# PROBLEM DETAILS
Write the entries out exactly, with the final line being the one containing "v5 (111.278663,120.306966,2.413)".

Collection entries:
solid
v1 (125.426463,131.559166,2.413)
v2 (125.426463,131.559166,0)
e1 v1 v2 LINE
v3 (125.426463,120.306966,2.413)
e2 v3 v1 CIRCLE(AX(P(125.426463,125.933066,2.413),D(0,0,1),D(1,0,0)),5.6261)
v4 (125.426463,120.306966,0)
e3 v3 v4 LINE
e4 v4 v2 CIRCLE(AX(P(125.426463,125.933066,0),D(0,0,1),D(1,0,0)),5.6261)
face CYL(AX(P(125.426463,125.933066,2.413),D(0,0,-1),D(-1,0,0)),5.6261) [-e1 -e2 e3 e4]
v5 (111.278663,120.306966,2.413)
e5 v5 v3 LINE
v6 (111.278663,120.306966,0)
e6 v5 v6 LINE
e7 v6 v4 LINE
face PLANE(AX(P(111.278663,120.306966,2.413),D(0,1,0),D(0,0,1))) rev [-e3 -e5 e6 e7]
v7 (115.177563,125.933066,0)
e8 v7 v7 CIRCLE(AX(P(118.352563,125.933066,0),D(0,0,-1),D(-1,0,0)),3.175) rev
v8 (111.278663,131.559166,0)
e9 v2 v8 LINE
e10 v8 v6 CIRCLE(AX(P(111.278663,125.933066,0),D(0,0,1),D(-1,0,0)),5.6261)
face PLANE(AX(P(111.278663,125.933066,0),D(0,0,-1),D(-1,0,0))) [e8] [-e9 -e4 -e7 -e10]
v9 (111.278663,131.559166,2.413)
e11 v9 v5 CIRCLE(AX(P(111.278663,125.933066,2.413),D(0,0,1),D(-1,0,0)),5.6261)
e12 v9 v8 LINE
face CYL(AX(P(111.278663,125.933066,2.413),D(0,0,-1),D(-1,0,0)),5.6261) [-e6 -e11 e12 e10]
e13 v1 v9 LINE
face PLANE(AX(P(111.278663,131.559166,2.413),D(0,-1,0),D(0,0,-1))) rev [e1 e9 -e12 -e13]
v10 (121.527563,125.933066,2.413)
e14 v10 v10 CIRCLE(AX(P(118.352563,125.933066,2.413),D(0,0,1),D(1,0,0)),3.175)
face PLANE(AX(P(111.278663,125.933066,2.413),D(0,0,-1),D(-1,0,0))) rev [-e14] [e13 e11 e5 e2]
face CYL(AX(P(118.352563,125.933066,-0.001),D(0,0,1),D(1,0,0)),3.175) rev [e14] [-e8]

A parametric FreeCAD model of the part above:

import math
import FreeCAD as App
import Part
import Sketcher
from FreeCAD import Vector
Q = App.Units.Quantity

doc = App.newDocument("Part")
body = doc.addObject("PartDesign::Body", "Body")

# Sketch on XY plane
sketch1 = doc.addObject("Sketcher::SketchObject", "Sketch")
body.addObject(sketch1)
sketch1.AttachmentSupport = (doc.XY_Plane, [""])
sketch1.MapMode = "FlatFace"
sketch1.addGeometry(Part.LineSegment(Vector(125.426463, 131.559166, 0), Vector(111.278663, 131.559166, 0)), False)
sketch1.addGeometry(Part.ArcOfCircle(Part.Circle(Vector(111.278663, 125.933066, 0), Vector(0, 0, 1), 5.6261), math.radians(90), math.radians(270)), False)
sketch1.addGeometry(Part.LineSegment(Vector(111.278663, 120.306966, 0), Vector(125.426463, 120.306966, 0)), False)
sketch1.addGeometry(Part.ArcOfCircle(Part.Circle(Vector(125.426463, 125.933066, 0), Vector(0, 0, 1), 5.6261), math.radians(-90), math.radians(90)), False)
sketch1.addConstraint(Sketcher.Constraint("Tangent", 0, 2, 1, 1))
sketch1.addConstraint(Sketcher.Constraint("Tangent", 1, 2, 2, 1))
sketch1.addConstraint(Sketcher.Constraint("Tangent", 2, 2, 3, 1))
sketch1.addConstraint(Sketcher.Constraint("Tangent", 3, 2, 0, 1))
sketch1.addConstraint(Sketcher.Constraint("Horizontal", 0))
sketch1.addConstraint(Sketcher.Constraint("Horizontal", 2))
sketch1.addConstraint(Sketcher.Constraint("Radius", 1, Q("0.2215 in")))
sketch1.addConstraint(Sketcher.Constraint("DistanceX", 0, 2, 0, 1, Q("0.557 in")))
sketch1.addConstraint(Sketcher.Constraint("DistanceX", -1, 1, 1, 3, Q("111.278663 mm")))
sketch1.addConstraint(Sketcher.Constraint("DistanceY", -1, 1, 1, 3, Q("125.933066 mm")))
pad1 = doc.addObject("PartDesign::Pad", "Pad")
body.addObject(pad1)
pad1.Profile = sketch1
pad1.Length = Q("0.095 in")

# Sketch on XY plane
sketch2 = doc.addObject("Sketcher::SketchObject", "Sketch001")
body.addObject(sketch2)
sketch2.AttachmentSupport = (doc.XY_Plane, [""])
sketch2.MapMode = "FlatFace"
sketch2.AttachmentOffset = App.Placement(Vector(0, 0, 0.095 * 25.4), App.Rotation())
sketch2.addGeometry(Part.Circle(Vector(118.352563, 125.933066, 0), Vector(0, 0, 1), 3.175), False)
sketch2.addConstraint(Sketcher.Constraint("Diameter", 0, Q("0.25 in")))
sketch2.addConstraint(Sketcher.Constraint("DistanceX", -1, 1, 0, 3, Q("118.352563 mm")))
sketch2.addConstraint(Sketcher.Constraint("DistanceY", -1, 1, 0, 3, Q("125.933066 mm")))
pocket1 = doc.addObject("PartDesign::Pocket", "Pocket")
body.addObject(pocket1)
pocket1.Profile = sketch2
pocket1.Type = "UpToFirst"

doc.recompute()
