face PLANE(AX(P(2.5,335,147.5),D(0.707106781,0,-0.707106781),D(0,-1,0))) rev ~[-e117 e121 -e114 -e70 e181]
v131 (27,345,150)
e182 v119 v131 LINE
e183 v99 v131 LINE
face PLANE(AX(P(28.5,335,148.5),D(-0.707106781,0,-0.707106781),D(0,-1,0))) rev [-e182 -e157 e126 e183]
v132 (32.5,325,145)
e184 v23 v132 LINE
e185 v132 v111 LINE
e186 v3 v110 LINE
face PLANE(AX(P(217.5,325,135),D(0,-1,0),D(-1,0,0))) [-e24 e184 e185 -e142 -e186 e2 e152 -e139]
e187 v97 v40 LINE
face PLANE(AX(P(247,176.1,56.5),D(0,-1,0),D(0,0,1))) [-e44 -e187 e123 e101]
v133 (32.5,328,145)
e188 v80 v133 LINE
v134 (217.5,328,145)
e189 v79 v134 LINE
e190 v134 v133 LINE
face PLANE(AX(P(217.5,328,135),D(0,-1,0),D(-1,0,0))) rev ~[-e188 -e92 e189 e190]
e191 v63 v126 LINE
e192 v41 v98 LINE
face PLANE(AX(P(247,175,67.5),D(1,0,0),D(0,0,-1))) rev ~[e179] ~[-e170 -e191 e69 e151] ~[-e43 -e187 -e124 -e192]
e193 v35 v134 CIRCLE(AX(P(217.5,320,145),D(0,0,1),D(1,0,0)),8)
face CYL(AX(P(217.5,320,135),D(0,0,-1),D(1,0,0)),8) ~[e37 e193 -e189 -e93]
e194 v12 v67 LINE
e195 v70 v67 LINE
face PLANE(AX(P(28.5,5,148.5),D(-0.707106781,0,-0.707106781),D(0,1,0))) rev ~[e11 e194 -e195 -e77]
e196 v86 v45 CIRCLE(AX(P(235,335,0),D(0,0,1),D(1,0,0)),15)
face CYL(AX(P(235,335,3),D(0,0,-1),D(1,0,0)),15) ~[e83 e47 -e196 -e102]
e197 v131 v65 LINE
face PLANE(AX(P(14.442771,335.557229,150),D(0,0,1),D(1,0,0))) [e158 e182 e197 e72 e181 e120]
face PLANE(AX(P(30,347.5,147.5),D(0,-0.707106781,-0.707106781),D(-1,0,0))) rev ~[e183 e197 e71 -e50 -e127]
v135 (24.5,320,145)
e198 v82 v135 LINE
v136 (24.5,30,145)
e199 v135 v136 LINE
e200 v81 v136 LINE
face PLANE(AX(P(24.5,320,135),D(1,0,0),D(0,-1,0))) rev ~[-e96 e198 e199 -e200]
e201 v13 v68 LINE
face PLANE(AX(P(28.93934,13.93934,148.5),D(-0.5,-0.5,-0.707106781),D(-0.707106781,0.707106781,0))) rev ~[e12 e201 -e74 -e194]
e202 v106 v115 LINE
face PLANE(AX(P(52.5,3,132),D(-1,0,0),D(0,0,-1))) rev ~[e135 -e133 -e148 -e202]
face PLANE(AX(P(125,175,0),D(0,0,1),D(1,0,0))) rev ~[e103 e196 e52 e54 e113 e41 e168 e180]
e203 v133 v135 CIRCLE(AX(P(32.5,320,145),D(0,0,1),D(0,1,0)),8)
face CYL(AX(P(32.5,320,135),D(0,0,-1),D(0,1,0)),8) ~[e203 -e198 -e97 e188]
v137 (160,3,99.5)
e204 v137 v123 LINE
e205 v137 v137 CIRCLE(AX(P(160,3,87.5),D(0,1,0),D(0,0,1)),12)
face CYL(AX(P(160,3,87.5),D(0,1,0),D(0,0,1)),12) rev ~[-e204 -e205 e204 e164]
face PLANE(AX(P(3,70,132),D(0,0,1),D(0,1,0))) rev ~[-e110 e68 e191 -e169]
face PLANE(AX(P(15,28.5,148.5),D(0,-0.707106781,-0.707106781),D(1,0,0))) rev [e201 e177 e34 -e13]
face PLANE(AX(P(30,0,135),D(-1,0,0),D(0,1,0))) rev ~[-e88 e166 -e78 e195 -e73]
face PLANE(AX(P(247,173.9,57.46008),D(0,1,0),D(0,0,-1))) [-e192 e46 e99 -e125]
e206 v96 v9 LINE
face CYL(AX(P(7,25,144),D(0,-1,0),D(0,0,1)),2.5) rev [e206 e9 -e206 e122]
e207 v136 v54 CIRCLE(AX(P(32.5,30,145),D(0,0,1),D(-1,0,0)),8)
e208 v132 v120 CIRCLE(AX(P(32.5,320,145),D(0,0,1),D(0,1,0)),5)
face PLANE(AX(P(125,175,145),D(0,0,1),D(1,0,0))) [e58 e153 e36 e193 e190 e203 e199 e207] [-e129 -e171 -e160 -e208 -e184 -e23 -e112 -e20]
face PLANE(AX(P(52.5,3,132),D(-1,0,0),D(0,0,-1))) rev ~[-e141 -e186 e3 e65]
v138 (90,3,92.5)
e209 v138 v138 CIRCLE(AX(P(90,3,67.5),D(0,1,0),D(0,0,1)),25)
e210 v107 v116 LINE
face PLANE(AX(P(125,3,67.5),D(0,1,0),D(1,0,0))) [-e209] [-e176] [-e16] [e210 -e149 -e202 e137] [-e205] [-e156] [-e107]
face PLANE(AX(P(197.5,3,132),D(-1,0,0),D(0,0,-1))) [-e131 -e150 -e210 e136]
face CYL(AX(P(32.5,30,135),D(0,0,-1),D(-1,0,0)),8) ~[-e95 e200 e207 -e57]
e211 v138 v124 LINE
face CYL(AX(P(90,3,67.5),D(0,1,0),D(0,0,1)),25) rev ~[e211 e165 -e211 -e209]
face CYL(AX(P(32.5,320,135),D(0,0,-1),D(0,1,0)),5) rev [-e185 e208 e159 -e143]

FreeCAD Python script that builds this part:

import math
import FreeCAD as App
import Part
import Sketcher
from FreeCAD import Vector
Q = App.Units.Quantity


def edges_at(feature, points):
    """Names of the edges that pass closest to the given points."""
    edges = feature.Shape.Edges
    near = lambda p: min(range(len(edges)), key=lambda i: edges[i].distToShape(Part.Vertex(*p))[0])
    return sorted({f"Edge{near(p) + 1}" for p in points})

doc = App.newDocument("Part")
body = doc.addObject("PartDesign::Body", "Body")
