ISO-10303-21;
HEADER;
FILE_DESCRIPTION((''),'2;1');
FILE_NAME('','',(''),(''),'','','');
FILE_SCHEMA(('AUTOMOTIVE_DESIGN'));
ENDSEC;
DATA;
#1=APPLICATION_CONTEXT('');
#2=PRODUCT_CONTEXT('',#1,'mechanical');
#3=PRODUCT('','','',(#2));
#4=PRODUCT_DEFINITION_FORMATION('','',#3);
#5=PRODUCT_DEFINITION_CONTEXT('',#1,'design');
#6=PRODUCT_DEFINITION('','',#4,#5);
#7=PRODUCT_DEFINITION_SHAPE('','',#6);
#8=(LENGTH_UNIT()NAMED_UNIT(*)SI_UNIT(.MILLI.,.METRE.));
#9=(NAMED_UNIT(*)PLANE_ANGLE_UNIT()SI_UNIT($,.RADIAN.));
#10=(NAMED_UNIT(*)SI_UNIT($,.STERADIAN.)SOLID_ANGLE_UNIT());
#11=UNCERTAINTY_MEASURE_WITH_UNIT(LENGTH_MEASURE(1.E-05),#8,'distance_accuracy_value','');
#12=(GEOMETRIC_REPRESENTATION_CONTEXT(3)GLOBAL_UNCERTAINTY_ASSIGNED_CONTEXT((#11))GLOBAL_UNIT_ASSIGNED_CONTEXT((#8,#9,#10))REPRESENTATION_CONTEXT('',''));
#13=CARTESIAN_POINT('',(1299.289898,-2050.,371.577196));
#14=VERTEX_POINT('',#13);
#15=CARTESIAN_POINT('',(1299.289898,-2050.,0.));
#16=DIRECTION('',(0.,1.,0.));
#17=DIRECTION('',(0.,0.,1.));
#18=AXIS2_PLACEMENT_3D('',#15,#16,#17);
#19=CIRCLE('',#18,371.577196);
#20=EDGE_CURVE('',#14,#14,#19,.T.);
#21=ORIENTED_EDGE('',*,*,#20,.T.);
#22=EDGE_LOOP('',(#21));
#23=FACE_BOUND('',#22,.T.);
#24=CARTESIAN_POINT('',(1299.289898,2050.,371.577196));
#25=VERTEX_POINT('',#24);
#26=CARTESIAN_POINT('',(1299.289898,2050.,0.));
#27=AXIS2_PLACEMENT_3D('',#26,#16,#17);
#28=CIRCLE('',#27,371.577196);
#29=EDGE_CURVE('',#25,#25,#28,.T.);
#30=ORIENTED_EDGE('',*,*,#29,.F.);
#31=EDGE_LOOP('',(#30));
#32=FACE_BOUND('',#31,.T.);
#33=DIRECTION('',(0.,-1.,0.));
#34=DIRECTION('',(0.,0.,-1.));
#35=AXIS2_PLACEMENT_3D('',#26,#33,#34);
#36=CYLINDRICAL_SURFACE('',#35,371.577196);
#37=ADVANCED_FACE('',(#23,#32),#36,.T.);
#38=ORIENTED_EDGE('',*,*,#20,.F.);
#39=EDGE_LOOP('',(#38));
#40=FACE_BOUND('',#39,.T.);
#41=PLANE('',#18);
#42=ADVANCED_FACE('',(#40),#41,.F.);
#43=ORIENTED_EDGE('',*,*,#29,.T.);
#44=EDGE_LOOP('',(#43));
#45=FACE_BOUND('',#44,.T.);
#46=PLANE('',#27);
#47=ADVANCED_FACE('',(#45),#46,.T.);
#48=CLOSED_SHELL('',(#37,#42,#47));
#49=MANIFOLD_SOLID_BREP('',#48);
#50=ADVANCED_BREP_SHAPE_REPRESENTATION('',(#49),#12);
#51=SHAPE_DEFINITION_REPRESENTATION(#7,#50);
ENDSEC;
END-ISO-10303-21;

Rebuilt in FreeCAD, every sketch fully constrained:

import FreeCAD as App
import Part
import Sketcher
from FreeCAD import Vector
Q = App.Units.Quantity

doc = App.newDocument("Part")
body = doc.addObject("PartDesign::Body", "Body")

# Sketch on XZ plane
sketch1 = body.newObject("Sketcher::SketchObject", "Sketch")
sketch1.AttachmentSupport = (doc.getObject("XZ_Plane"), [""])
sketch1.MapMode = "FlatFace"
sketch1.AttachmentOffset = App.Placement(Vector(0, 0, 2050), App.Rotation())
sketch1.addGeometry(Part.Circle(Vector(1299.289898, 0, 0), Vector(0, 0, 1), 371.577196), False)
sketch1.addConstraint([
    Sketcher.Constraint("PointOnObject", 0, 3, -1),
    Sketcher.Constraint("Diameter", 0, Q("743.154393 mm")),
    Sketcher.Constraint("DistanceX", -1, 1, 0, 3, Q("1299.289898 mm")),
])
pad1 = body.newObject("PartDesign::Pad", "Pad")
pad1.Profile = sketch1
pad1.Length = 4100
pad1.Reversed = True

doc.recompute()
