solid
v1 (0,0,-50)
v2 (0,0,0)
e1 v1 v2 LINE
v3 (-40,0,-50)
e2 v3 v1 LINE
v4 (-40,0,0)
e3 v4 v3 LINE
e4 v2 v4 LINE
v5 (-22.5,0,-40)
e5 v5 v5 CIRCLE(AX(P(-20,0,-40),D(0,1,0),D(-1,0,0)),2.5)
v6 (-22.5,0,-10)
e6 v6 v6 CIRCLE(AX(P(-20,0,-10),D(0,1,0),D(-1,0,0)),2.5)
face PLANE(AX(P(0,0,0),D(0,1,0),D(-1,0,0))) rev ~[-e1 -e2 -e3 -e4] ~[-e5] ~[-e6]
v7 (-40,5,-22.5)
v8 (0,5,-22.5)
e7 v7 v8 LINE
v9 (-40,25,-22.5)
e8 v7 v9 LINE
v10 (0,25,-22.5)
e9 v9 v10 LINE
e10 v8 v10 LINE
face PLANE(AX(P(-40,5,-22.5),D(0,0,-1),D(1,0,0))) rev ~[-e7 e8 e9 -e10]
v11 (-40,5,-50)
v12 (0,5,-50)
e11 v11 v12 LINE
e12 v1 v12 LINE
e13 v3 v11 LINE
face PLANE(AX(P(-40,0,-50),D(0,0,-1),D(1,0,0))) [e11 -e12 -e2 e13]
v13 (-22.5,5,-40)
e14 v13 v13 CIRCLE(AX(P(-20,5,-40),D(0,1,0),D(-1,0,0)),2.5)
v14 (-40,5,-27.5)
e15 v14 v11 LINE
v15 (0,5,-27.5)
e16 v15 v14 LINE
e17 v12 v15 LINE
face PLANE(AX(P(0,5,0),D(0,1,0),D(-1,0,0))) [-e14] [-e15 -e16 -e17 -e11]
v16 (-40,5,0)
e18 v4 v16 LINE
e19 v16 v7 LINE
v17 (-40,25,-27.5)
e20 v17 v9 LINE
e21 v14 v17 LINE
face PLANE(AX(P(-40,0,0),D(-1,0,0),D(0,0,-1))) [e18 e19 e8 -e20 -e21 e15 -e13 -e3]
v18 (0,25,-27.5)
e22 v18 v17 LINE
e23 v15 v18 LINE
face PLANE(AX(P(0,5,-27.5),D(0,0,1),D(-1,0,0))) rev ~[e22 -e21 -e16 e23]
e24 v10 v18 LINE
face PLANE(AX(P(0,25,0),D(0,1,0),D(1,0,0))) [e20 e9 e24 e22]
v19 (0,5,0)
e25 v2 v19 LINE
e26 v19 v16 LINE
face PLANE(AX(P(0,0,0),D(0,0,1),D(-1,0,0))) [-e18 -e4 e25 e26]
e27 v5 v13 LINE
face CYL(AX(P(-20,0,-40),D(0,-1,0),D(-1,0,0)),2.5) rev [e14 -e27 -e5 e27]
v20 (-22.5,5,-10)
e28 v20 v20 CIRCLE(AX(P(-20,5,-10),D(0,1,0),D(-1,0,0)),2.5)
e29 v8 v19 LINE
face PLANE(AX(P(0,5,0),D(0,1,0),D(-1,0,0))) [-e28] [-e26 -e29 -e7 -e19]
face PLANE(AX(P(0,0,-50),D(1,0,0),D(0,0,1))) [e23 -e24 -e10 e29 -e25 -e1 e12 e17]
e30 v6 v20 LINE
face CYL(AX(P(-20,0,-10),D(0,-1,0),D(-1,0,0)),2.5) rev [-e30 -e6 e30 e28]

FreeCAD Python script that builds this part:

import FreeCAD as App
import Part
import Sketcher
from FreeCAD import Vector
Q = App.Units.Quantity

doc = App.newDocument("Part")
body = doc.addObject("PartDesign::Body", "Body")

sketch1 = body.newObject("Sketcher::SketchObject", "Sketch")
sketch1.AttachmentSupport = (doc.getObject("XZ_Plane"), [""])
sketch1.MapMode = "FlatFace"
sketch1.addGeometry([
    Part.LineSegment(Vector(-40, 0, 0), Vector(0, 0, 0)),
    Part.LineSegment(Vector(0, 0, 0), Vector(0, -50, 0)),
    Part.LineSegment(Vector(0, -50, 0), Vector(-40, -50, 0)),
    Part.LineSegment(Vector(-40, -50, 0), Vector(-40, 0, 0)),
    Part.Circle(Vector(-20, -40, 0), Vector(0, 0, 1), 2.5),
    Part.Circle(Vector(-20, -10, 0), Vector(0, 0, 1), 2.5),
], False)
sketch1.addConstraint([
    Sketcher.Constraint("Coincident", 0, 2, 1, 1),
    Sketcher.Constraint("Coincident", 1, 2, 2, 1),
    Sketcher.Constraint("Coincident", 2, 2, 3, 1),
    Sketcher.Constraint("Coincident", 3, 2, 0, 1),
    Sketcher.Constraint("Horizontal", 0),
    Sketcher.Constraint("Vertical", 1),
    Sketcher.Constraint("Horizontal", 2),
    Sketcher.Constraint("Vertical", 3),
    Sketcher.Constraint("Coincident", 0, 2, -1, 1),
    Sketcher.Constraint("Equal", 4, 5),
    Sketcher.Constraint("Vertical", 4, 3, 5, 3),
    Sketcher.Constraint("Diameter", 4, Q("5 mm")),
    Sketcher.Constraint("DistanceX", 0, 1, 0, 2, Q("40 mm")),
    Sketcher.Constraint("DistanceY", 1, 2, 1, 1, Q("50 mm")),
    Sketcher.Constraint("DistanceX", 4, 3, -1, 1, Q("20 mm")),
    Sketcher.Constraint("DistanceY", 4, 3, -1, 1, Q("40 mm")),
    Sketcher.Constraint("DistanceY", 5, 3, -1, 1, Q("10 mm")),
])
pad1 = body.newObject("PartDesign::Pad", "Pad")
pad1.Profile = sketch1
pad1.Length = 5
pad1.Reversed = True

sketch2 = body.newObject("Sketcher::SketchObject", "Sketch001")
sketch2.AttachmentSupport = (doc.getObject("XZ_Plane"), [""])
sketch2.MapMode = "FlatFace"
sketch2.AttachmentOffset = App.Placement(Vector(0, 0, -5), App.Rotation())
sketch2.addGeometry([
    Part.LineSegment(Vector(0, -27.5, 0), Vector(-40, -27.5, 0)),
    Part.LineSegment(Vector(-40, -27.5, 0), Vector(-40, -22.5, 0)),
    Part.LineSegment(Vector(-40, -22.5, 0), Vector(0, -22.5, 0)),
    Part.LineSegment(Vector(0, -22.5, 0), Vector(0, -27.5, 0)),
], False)
sketch2.addConstraint([
    Sketcher.Constraint("Coincident", 0, 2, 1, 1),
    Sketcher.Constraint("Coincident", 1, 2, 2, 1),
    Sketcher.Constraint("Coincident", 2, 2, 3, 1),
    Sketcher.Constraint("Coincident", 3, 2, 0, 1),
    Sketcher.Constraint("Horizontal", 0),
    Sketcher.Constraint("Vertical", 1),
    Sketcher.Constraint("Horizontal", 2),
    Sketcher.Constraint("Vertical", 3),
    Sketcher.Constraint("PointOnObject", 2, 2, -2),
    Sketcher.Constraint("DistanceY", 1, 1, 1, 2, Q("5 mm")),
    Sketcher.Constraint("DistanceY", 1, 2, -1, 1, Q("22.5 mm")),
    Sketcher.Constraint("DistanceX", 0, 2, 0, 1, Q("40 mm")),
])
pad2 = body.newObject("PartDesign::Pad", "Pad001")
pad2.Profile = sketch2
pad2.Length = 20
pad2.Reversed = True

doc.recompute()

# TASK RESULT
solid
v1 (125.426463,131.559166,2.413)
v2 (125.426463,131.559166,0)
e1 v1 v2 LINE
v3 (125.426463,120.306966,2.413)
e2 v3 v1 CIRCLE(AX(P(125.426463,125.933066,2.413),D(0,0,1),D(1,0,0)),5.6261)
v4 (125.426463,120.306966,0)
e3 v3 v4 LINE
e4 v4 v2 CIRCLE(AX(P(125.426463,125.933066,0),D(0,0,1),D(1,0,0)),5.6261)
face CYL(AX(P(125.426463,125.933066,2.413),D(0,0,-1),D(-1,0,0)),5.6261) [-e1 -e2 e3 e4]
v5 (111.278663,120.306966,2.413)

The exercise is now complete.